Sunday, November 25, 2007

Arduous tasks of a CEO

The bottleneck is at the head of the bottle, goes an old saying. No business is likely to be better than its top management, have broader vision than its top people, or perform better than they do. A business especially a large one may coast for a little time on the vision and performance of an earlier top management. But this only defers payment and usually for a much shorter period than is commonly believed. A business needs a central governing organ and a central organ of review and appraisal. On the quality of these two organs, which together comprise top management, its performance, results and spirit largely depend.

The best thing any successful CEO or President can do as a parting gift to the organization is to pick a most appropriate and worthy successor.

The CEO of a company has to accomplish a number of tasks. He thinks the business of the company and has to develop and set over all objectives. He makes the basic decisions needed to reach these objectives and has to communicate the objectives and decisions to his management colleagues. He educates these mangers in seeing the business as a whole and helps them to develop their own objectives for accomplishing the overall business objectives. He measures performance and results against the objectives. He reviews and revises objectives as conditions demand.

The chief executive makes the decisions on senior management personnel. He also makes sure that future managers are being developed all down the line. He makes the basic decisions on company organization. It is his job to know what questions to ask of his managers and to make sure they understand what the questions mean. The CEO coordinates with the product businesses within the company and the various functional managers. He arbitrates conflicts within the group and either prevents or settles personality clashes.

He has to take personal command in an emergency related to the company. Let us study the case below,

One of the main plants of a company had a fire interrupting all their schedules. Rush work had to be shifted to other plants and some had to be subcontracted to closest competitors. Other work had to be postponed. Important customers had to be placated or substitute sources of supply had to be found for them. An immediate decision had to be made whether to repair the plant, one of our older ones, or build a new, modern one from scratch. The plant could be repaired in six months at a cost of two million dollars or build a new plant which will cost ten million dollars and will take almost two years but will have double the capacity of the old one and significantly lower costs. The task of the CEO here is to first take a right decision. If he goes for new machinery, it meant changing all production schedules and all out capital-expenditure planning. It also meant negotiating a six months’ bank loan to tide over until the company could float bonds that could not be expected to issue for another year or so. For four weeks the new president spent day and night at the office and laid out plans for the transit period and could also seek the approval of Board for the capital expenditure.

There is a case of a CEO where he had to take personal charge when one of the company’s businesses got into serious trouble. He himself, with the company’s counsel and an outside law firm, worked through the preparation for an important patent infringement suit brought against the company and spent almost two weeks on the stand as one of the chief witness for the defense.

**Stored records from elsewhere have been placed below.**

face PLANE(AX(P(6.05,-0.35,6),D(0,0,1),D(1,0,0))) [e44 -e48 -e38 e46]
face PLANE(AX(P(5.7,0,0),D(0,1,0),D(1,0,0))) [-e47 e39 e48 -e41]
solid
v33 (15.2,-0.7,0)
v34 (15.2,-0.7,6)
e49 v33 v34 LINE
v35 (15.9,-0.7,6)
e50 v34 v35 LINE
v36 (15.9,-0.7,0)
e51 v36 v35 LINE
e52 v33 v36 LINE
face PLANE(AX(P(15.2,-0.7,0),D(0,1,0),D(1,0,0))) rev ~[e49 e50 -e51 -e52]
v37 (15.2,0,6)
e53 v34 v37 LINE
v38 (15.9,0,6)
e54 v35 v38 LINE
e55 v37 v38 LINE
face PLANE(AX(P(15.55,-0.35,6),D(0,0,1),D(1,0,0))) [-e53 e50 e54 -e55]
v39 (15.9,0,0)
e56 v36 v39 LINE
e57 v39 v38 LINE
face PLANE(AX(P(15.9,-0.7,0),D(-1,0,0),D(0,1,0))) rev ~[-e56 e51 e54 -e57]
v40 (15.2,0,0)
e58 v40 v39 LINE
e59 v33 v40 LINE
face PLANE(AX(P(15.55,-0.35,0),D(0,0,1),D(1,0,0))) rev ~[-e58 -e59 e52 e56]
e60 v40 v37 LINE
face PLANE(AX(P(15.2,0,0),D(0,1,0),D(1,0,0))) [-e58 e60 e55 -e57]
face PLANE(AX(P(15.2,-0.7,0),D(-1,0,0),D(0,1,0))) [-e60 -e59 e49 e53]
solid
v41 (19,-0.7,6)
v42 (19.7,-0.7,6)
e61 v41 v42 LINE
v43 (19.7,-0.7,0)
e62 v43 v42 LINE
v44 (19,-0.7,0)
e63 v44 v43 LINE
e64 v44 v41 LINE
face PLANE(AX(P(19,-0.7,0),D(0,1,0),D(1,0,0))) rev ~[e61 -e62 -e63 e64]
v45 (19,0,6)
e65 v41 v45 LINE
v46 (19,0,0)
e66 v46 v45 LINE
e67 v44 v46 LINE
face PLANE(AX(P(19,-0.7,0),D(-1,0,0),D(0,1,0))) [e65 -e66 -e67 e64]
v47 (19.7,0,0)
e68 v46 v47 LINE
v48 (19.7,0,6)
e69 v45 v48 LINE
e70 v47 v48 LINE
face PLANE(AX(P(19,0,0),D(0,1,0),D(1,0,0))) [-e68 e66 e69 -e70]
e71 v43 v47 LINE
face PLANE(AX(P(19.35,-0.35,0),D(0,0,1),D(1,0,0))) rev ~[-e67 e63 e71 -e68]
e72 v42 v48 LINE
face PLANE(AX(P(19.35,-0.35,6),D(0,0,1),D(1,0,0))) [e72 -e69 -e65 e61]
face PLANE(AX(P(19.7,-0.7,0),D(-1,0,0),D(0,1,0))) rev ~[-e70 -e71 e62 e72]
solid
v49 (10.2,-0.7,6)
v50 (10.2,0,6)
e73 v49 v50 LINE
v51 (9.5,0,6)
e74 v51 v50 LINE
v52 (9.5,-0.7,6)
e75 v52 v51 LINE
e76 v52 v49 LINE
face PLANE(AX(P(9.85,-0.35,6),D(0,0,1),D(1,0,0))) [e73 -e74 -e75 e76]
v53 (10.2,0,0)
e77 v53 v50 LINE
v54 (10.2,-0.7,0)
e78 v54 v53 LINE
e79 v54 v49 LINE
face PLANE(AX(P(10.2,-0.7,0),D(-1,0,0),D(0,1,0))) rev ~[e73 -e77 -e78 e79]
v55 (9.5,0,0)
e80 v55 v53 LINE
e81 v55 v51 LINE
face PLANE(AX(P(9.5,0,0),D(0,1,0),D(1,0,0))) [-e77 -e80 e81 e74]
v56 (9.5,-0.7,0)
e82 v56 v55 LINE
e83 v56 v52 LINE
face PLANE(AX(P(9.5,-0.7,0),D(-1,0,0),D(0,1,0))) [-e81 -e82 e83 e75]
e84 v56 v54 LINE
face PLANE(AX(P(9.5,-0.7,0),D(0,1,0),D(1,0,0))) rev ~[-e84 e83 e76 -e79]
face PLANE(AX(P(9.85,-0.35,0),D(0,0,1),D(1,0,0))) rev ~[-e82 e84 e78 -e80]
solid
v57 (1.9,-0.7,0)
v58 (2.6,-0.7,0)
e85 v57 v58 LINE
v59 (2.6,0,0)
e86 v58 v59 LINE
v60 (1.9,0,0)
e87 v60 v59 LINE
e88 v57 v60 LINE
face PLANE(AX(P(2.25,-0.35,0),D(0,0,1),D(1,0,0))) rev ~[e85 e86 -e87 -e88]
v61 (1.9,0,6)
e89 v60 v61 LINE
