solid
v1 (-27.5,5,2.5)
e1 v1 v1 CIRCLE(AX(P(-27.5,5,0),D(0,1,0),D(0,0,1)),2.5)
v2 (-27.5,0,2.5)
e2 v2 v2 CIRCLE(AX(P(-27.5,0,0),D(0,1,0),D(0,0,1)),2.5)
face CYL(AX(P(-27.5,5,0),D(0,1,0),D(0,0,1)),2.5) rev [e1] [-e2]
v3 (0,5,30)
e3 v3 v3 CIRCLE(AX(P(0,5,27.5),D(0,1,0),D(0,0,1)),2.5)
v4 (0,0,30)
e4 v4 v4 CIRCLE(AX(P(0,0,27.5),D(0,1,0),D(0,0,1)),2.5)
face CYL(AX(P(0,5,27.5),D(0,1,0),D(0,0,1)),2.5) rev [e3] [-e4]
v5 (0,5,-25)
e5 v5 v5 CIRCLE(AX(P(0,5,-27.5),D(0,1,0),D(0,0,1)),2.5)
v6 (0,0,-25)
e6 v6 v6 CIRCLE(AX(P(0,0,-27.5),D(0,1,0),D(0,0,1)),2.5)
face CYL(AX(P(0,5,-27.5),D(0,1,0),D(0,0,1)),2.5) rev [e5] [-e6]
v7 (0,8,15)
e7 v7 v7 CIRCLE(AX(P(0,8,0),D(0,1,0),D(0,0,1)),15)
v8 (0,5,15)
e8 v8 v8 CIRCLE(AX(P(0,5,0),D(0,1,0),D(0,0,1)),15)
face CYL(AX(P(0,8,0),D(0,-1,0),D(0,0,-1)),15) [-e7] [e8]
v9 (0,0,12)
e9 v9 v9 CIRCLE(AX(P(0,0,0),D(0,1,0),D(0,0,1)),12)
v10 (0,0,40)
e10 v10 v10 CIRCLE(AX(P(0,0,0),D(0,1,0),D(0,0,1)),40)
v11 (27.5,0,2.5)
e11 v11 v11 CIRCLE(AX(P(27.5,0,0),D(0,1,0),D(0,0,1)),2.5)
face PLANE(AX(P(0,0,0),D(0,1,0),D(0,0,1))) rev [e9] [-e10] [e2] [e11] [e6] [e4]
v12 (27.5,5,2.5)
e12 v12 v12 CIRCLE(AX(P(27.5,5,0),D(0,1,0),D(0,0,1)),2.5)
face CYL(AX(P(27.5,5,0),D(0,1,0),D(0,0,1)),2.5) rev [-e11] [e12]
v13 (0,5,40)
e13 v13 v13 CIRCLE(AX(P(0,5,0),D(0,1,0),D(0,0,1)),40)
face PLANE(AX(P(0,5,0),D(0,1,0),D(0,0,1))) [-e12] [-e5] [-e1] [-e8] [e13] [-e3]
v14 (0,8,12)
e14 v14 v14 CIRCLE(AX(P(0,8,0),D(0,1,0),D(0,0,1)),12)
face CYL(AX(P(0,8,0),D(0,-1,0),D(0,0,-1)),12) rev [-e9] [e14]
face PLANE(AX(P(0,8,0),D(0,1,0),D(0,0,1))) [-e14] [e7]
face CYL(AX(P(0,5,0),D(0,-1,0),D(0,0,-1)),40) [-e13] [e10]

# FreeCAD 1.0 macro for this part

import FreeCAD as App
import Part
import Sketcher
from FreeCAD import Vector

doc = App.newDocument("Part")
params = doc.addObject("Spreadsheet::Sheet", "Params")
for row, (alias, value) in enumerate([
    ("sketch1_diameter", "80 mm"),
    ("pad1_length", "5 mm"),
    ("sketch2_diameter", "30 mm"),
    ("sketch2_diameter2", "24 mm"),
    ("pad2_length", "3 mm"),
    ("sketch3_diameter", "24 mm"),
    ("sketch4_diameter", "5 mm"),
    ("hole_diameter", "5 mm"),
], start=1):
    params.set(f"A{row}", alias)
    params.set(f"B{row}", "=" + value)
    params.setAlias(f"B{row}", alias)

body = doc.addObject("PartDesign::Body", "Body")

sketch1 = body.newObject("Sketcher::SketchObject", "Sketch")
sketch1.AttachmentSupport = (doc.getObject("XZ_Plane"), [""])
sketch1.MapMode = "FlatFace"
sketch1.addGeometry(Part.Circle(Vector(0, 0, 0), Vector(0, 0, 1), 40), False)
sketch1.addConstraint(Sketcher.Constraint("Coincident", 0, 3, -1, 1))
sketch1.addConstraint(Sketcher.Constraint("Diameter", 0, 80.0))
sketch1.setExpression("Constraints[1]", "Params.sketch1_diameter")
pad1 = body.newObject("PartDesign::Pad", "Pad")
pad1.Profile = sketch1
pad1.setExpression("Length", "Params.pad1_length")
pad1.Reversed = True

sketch2 = body.newObject("Sketcher::SketchObject", "Sketch001")
sketch2.AttachmentSupport = (doc.getObject("XZ_Plane"), [""])
sketch2.MapMode = "FlatFace"
sketch2.AttachmentOffset = App.Placement(Vector(0, 0, -5), App.Rotation())
sketch2.addGeometry(Part.Circle(Vector(0, 0, 0), Vector(0, 0, 1), 15), False)
sketch2.addGeometry(Part.Circle(Vector(0, 0, 0), Vector(0, 0, 1), 12), False)
sketch2.addConstraint(Sketcher.Constraint("Coincident", 0, 3, -1, 1))
sketch2.addConstraint(Sketcher.Constraint("Coincident", 1, 3, -1, 1))
sketch2.addConstraint(Sketcher.Constraint("Diameter", 0, 30.0))
sketch2.addConstraint(Sketcher.Constraint("Diameter", 1, 24.0))
sketch2.setExpression("Constraints[2]", "Params.sketch2_diameter")
sketch2.setExpression("Constraints[3]", "Params.sketch2_diameter2")
pad2 = body.newObject("PartDesign::Pad", "Pad001")
pad2.Profile = sketch2
pad2.setExpression("Length", "Params.pad2_length")
pad2.Reversed = True

sketch3 = body.newObject("Sketcher::SketchObject", "Sketch002")
sketch3.AttachmentSupport = (doc.getObject("XZ_Plane"), [""])
sketch3.MapMode = "FlatFace"
sketch3.AttachmentOffset = App.Placement(Vector(0, 0, -5), App.Rotation())
sketch3.addGeometry(Part.Circle(Vector(0, 0, 0), Vector(0, 0, 1), 12), False)
sketch3.addConstraint(Sketcher.Constraint("Coincident", 0, 3, -1, 1))
sketch3.addConstraint(Sketcher.Constraint("Diameter", 0, 24.0))
sketch3.setExpression("Constraints[1]", "Params.sketch3_diameter")
pocket1 = body.newObject("PartDesign::Pocket", "Pocket")
pocket1.Profile = sketch3
pocket1.Type = "ThroughAll"
pocket1.Reversed = True

sketch4 = body.newObject("Sketcher::SketchObject", "Sketch003")
sketch4.AttachmentSupport = (doc.getObject("XZ_Plane"), [""])
sketch4.MapMode = "FlatFace"
sketch4.AttachmentOffset = App.Placement(Vector(0, 0, -5), App.Rotation())
sketch4.addGeometry(Part.Circle(Vector(0, -27.5, 0), Vector(0, 0, 1), 2.5), False)
sketch4.addConstraint(Sketcher.Constraint("PointOnObject", 0, 3, -2))
sketch4.addConstraint(Sketcher.Constraint("Diameter", 0, 5.0))
sketch4.addConstraint(Sketcher.Constraint("DistanceY", 0, 3, -1, 1, 27.5))
sketch4.setExpression("Constraints[1]", "Params.sketch4_diameter")
doc.recompute()
hole = body.newObject("PartDesign::Hole", "Hole")
hole.Profile = sketch4
hole.ThreadType = "None"
hole.setExpression("Diameter", "Params.hole_diameter")
hole.DepthType = "ThroughAll"
hole.Reversed = True
doc.recompute()

polarpattern = body.newObject("PartDesign::PolarPattern", "PolarPattern")
polarpattern.Originals = [hole]
polarpattern.Axis = (doc.getObject("Y_Axis"), [""])
polarpattern.Angle = 360
polarpattern.Occurrences = 4
body.Tip = polarpattern

doc.recompute()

Next on this list of the things which the Company President does came the responsibility for capital expenditures planning and for raising capital. Whether it is a bank loan and issue of bonds or a new stock issue, the president takes an active part in the decision and in the negotiations. He also recommends dividend policy to the board. He is concerned with relations with stockholders. He answers questions at the annual meeting. He must be available to the security analysts of the big institutional investors, such as insurance companies and investment trusts. He must see the financial writers of the major newspapers and business magazines.

A President has to instruct the Company Secretary to prepare the agenda for the monthly meeting of the Board of Directors, present the reports there and be ready to answer questions. And he must relay Board decisions to his managers.

The President new or old has a host of public relations duties.

Once a month or as and when required he may have to spend a couple of days in the capital to attend meetings of governmental advisory boards or work related to his own Company.

In some cases the CEOs have to fulfill social responsibilities serving on the board of the health or educational foundations set up for the children of employees or even for outsiders.

They may have to attend one or two trade association meetings each year usually making one short speech and summing up data related to the association or organization structure. Once a year, the CEO has to open a convention of company’s dealers with a speech about new products and sales plans and concluding such conventions with a grand dinner with a dignitary as a Chief Guest.
The final item on the list: each year a CEO may have to visits personally the company’s plants in different parts of the country and other places abroad including smaller plants.

Therefore it is all the more necessary for the CEO to visit all the plants including smaller ones to make the employees and all the managers feel they are part of the same company and are on the same team. Only a visit from the “big boss” can do that. Also the president himself learns more on these visits than he could ever get reading reports in his office.

In conclusion the tasks for a CEO or President are too many but he should not get distracted from the main objective of a good bottom line and associated improvement for the company.